[Dataset entries]

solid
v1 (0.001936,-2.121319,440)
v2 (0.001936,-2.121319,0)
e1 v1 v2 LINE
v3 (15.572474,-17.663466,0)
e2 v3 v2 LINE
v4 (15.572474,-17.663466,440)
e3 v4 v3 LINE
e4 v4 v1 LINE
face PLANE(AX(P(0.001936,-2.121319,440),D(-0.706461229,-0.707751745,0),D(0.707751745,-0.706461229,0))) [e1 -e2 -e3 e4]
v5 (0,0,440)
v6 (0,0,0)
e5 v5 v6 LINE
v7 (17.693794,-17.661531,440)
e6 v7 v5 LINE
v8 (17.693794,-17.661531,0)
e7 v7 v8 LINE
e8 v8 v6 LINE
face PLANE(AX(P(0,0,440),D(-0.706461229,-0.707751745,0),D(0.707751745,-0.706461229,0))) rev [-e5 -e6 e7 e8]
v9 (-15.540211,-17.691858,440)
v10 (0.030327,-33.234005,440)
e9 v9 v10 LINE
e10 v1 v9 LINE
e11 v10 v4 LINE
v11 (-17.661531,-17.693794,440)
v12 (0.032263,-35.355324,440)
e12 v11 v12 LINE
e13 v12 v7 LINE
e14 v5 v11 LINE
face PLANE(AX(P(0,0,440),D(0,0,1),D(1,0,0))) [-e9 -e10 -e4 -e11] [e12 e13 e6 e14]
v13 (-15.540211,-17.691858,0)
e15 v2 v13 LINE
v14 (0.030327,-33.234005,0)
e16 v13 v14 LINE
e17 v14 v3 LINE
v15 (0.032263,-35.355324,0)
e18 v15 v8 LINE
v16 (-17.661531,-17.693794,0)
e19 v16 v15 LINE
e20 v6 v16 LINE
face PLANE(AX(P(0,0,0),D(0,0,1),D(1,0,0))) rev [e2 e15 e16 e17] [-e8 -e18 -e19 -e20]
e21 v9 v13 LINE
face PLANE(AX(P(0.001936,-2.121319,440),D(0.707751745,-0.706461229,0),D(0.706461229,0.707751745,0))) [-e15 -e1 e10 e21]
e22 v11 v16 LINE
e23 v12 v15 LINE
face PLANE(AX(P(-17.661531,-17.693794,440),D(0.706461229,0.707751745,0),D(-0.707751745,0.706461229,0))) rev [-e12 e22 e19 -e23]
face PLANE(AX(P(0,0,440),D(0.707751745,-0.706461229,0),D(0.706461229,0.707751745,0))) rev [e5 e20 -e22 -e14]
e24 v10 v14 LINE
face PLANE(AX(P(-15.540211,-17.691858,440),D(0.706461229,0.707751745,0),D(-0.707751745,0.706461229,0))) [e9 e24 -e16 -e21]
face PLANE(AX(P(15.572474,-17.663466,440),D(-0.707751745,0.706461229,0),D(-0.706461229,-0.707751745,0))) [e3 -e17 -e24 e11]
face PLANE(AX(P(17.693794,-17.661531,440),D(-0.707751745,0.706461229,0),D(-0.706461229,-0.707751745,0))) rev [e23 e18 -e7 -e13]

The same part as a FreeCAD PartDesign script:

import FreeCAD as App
import Part
import Sketcher
from FreeCAD import Vector


def add_polygon(sketch, points):
    """Adds a closed chain of lines whose ends are joined by coincident constraints."""
    first, n = sketch.GeometryCount, len(points)
    for a, b in zip(points, points[1:] + points[:1]):
        sketch.addGeometry(Part.LineSegment(App.Vector(*a, 0), App.Vector(*b, 0)), False)
    for i in range(n):
        sketch.addConstraint(Sketcher.Constraint("Coincident", first + i, 2, first + (i + 1) % n, 1))

doc = App.newDocument("Part")
params = doc.addObject("Spreadsheet::Sheet", "Params")
for row, (alias, value) in enumerate([
    ("sketch1_length", "25 mm"),
    ("sketch1_length2", "22 mm"),
    ("pad1_length", "440 mm"),
], start=1):
    params.set(f"A{row}", alias)
    params.set(f"B{row}", "=" + value)
    params.setAlias(f"B{row}", alias)

body = doc.addObject("PartDesign::Body", "Body")

sketch1 = doc.addObject("Sketcher::SketchObject", "Sketch")
body.addObject(sketch1)
sketch1.AttachmentSupport = (doc.XY_Plane, [""])
sketch1.MapMode = "FlatFace"
add_polygon(sketch1, [(18, -18), (0, 0), (-18, -18), (0, -35)])
add_polygon(sketch1, [(0, -2), (16, -18), (0, -33), (-16, -18)])
sketch1.addConstraint(Sketcher.Constraint("Coincident", 0, 2, -1, 1))
sketch1.addConstraint(Sketcher.Constraint("Perpendicular", 0, 1))
sketch1.addConstraint(Sketcher.Constraint("Perpendicular", 1, 2))
sketch1.addConstraint(Sketcher.Constraint("Perpendicular", 2, 3))
sketch1.addConstraint(Sketcher.Constraint("Perpendicular", 3, 4))
sketch1.addConstraint(Sketcher.Constraint("Perpendicular", 4, 5))
sketch1.addConstraint(Sketcher.Constraint("Perpendicular", 5, 6))
sketch1.addConstraint(Sketcher.Constraint("Perpendicular", 6, 7))
sketch1.addConstraint(Sketcher.Constraint("Equal", 0, 1))
sketch1.addConstraint(Sketcher.Constraint("Equal", 4, 5))
sketch1.addConstraint(Sketcher.Constraint("Distance", 0, 25.0))
sketch1.addConstraint(Sketcher.Constraint("Distance", 4, 22.0))
sketch1.addConstraint(Sketcher.Constraint("DistanceX", 1, 2, -1, 1, 17.661531))
sketch1.addConstraint(Sketcher.Constraint("DistanceX", 6, 2, -1, 1, 15.540211))
sketch1.addConstraint(Sketcher.Constraint("DistanceY", 7, 2, -1, 1, 2.121319))
sketch1.setExpression("Constraints[18]", "Params.sketch1_length")
sketch1.setExpression("Constraints[19]", "Params.sketch1_length2")
pad1 = doc.addObject("PartDesign::Pad", "Pad")
body.addObject(pad1)
pad1.Profile = sketch1
pad1.setExpression("Length", "Params.pad1_length")

doc.recompute()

**Work required**
An exact repeat of all the records is required.

**Solution to this exercise**
solid
v1 (0.001936,-2.121319,440)
v2 (0.001936,-2.121319,0)
e1 v1 v2 LINE
v3 (15.572474,-17.663466,0)
e2 v3 v2 LINE
v4 (15.572474,-17.663466,440)
e3 v4 v3 LINE
e4 v4 v1 LINE
face PLANE(AX(P(0.001936,-2.121319,440),D(-0.706461229,-0.707751745,0),D(0.707751745,-0.706461229,0))) [e1 -e2 -e3 e4]
v5 (0,0,440)
v6 (0,0,0)
e5 v5 v6 LINE
v7 (17.693794,-17.661531,440)
e6 v7 v5 LINE
v8 (17.693794,-17.661531,0)
e7 v7 v8 LINE
e8 v8 v6 LINE
face PLANE(AX(P(0,0,440),D(-0.706461229,-0.707751745,0),D(0.707751745,-0.706461229,0))) rev [-e5 -e6 e7 e8]
v9 (-15.540211,-17.691858,440)
v10 (0.030327,-33.234005,440)
e9 v9 v10 LINE
e10 v1 v9 LINE
e11 v10 v4 LINE
v11 (-17.661531,-17.693794,440)
v12 (0.032263,-35.355324,440)
e12 v11 v12 LINE
e13 v12 v7 LINE
e14 v5 v11 LINE
face PLANE(AX(P(0,0,440),D(0,0,1),D(1,0,0))) [-e9 -e10 -e4 -e11] [e12 e13 e6 e14]
v13 (-15.540211,-17.691858,0)
e15 v2 v13 LINE
v14 (0.030327,-33.234005,0)
e16 v13 v14 LINE
e17 v14 v3 LINE
v15 (0.032263,-35.355324,0)
e18 v15 v8 LINE
v16 (-17.661531,-17.693794,0)
e19 v16 v15 LINE
e20 v6 v16 LINE
face PLANE(AX(P(0,0,0),D(0,0,1),D(1,0,0))) rev [e2 e15 e16 e17] [-e8 -e18 -e19 -e20]
e21 v9 v13 LINE
face PLANE(AX(P(0.001936,-2.121319,440),D(0.707751745,-0.706461229,0),D(0.706461229,0.707751745,0))) [-e15 -e1 e10 e21]
e22 v11 v16 LINE
e23 v12 v15 LINE
face PLANE(AX(P(-17.661531,-17.693794,440),D(0.706461229,0.707751745,0),D(-0.707751745,0.706461229,0))) rev [-e12 e22 e19 -e23]
face PLANE(AX(P(0,0,440),D(0.707751745,-0.706461229,0),D(0.706461229,0.707751745,0))) rev [e5 e20 -e22 -e14]
e24 v10 v14 LINE
face PLANE(AX(P(-15.540211,-17.691858,440),D(0.706461229,0.707751745,0),D(-0.707751745,0.706461229,0))) [e9 e24 -e16 -e21]
face PLANE(AX(P(15.572474,-17.663466,440),D(-0.707751745,0.706461229,0),D(-0.706461229,-0.707751745,0))) [e3 -e17 -e24 e11]
face PLANE(AX(P(17.693794,-17.661531,440),D(-0.707751745,0.706461229,0),D(-0.706461229,-0.707751745,0))) rev [e23 e18 -e7 -e13]

The same part as a FreeCAD PartDesign script:

import FreeCAD as App
import Part
import Sketcher
from FreeCAD import Vector


def add_polygon(sketch, points):
    """Adds a closed chain of lines whose ends are joined by coincident constraints."""
    first, n = sketch.GeometryCount, len(points)
    for a, b in zip(points, points[1:] + points[:1]):
        sketch.addGeometry(Part.LineSegment(App.Vector(*a, 0), App.Vector(*b, 0)), False)
    for i in range(n):
        sketch.addConstraint(Sketcher.Constraint("Coincident", first + i, 2, first + (i + 1) % n, 1))

doc = App.newDocument("Part")
params = doc.addObject("Spreadsheet::Sheet", "Params")
for row, (alias, value) in enumerate([
    ("sketch1_length", "25 mm"),
    ("sketch1_length2", "22 mm"),
    ("pad1_length", "440 mm"),
], start=1):
    params.set(f"A{row}", alias)
    params.set(f"B{row}", "=" + value)
    params.setAlias(f"B{row}", alias)

body = doc.addObject("PartDesign::Body", "Body")

sketch1 = doc.addObject("Sketcher::SketchObject", "Sketch")
body.addObject(sketch1)
sketch1.AttachmentSupport = (doc.XY_Plane, [""])
sketch1.MapMode = "FlatFace"
add_polygon(sketch1, [(18, -18), (0, 0), (-18, -18), (0, -35)])
add_polygon(sketch1, [(0, -2), (16, -18), (0, -33), (-16, -18)])
sketch1.addConstraint(Sketcher.Constraint("Coincident", 0, 2, -1, 1))
sketch1.addConstraint(Sketcher.Constraint("Perpendicular", 0, 1))
sketch1.addConstraint(Sketcher.Constraint("Perpendicular", 1, 2))
sketch1.addConstraint(Sketcher.Constraint("Perpendicular", 2, 3))
sketch1.addConstraint(Sketcher.Constraint("Perpendicular", 3, 4))
sketch1.addConstraint(Sketcher.Constraint("Perpendicular", 4, 5))
sketch1.addConstraint(Sketcher.Constraint("Perpendicular", 5, 6))
sketch1.addConstraint(Sketcher.Constraint("Perpendicular", 6, 7))
sketch1.addConstraint(Sketcher.Constraint("Equal", 0, 1))
sketch1.addConstraint(Sketcher.Constraint("Equal", 4, 5))
sketch1.addConstraint(Sketcher.Constraint("Distance", 0, 25.0))
sketch1.addConstraint(Sketcher.Constraint("Distance", 4, 22.0))
sketch1.addConstraint(Sketcher.Constraint("DistanceX", 1, 2, -1, 1, 17.661531))
sketch1.addConstraint(Sketcher.Constraint("DistanceX", 6, 2, -1, 1, 15.540211))
sketch1.addConstraint(Sketcher.Constraint("DistanceY", 7, 2, -1, 1, 2.121319))
sketch1.setExpression("Constraints[18]", "Params.sketch1_length")
sketch1.setExpression("Constraints[19]", "Params.sketch1_length2")
pad1 = doc.addObject("PartDesign::Pad", "Pad")
body.addObject(pad1)
pad1.Profile = sketch1
pad1.setExpression("Length", "Params.pad1_length")

doc.recompute()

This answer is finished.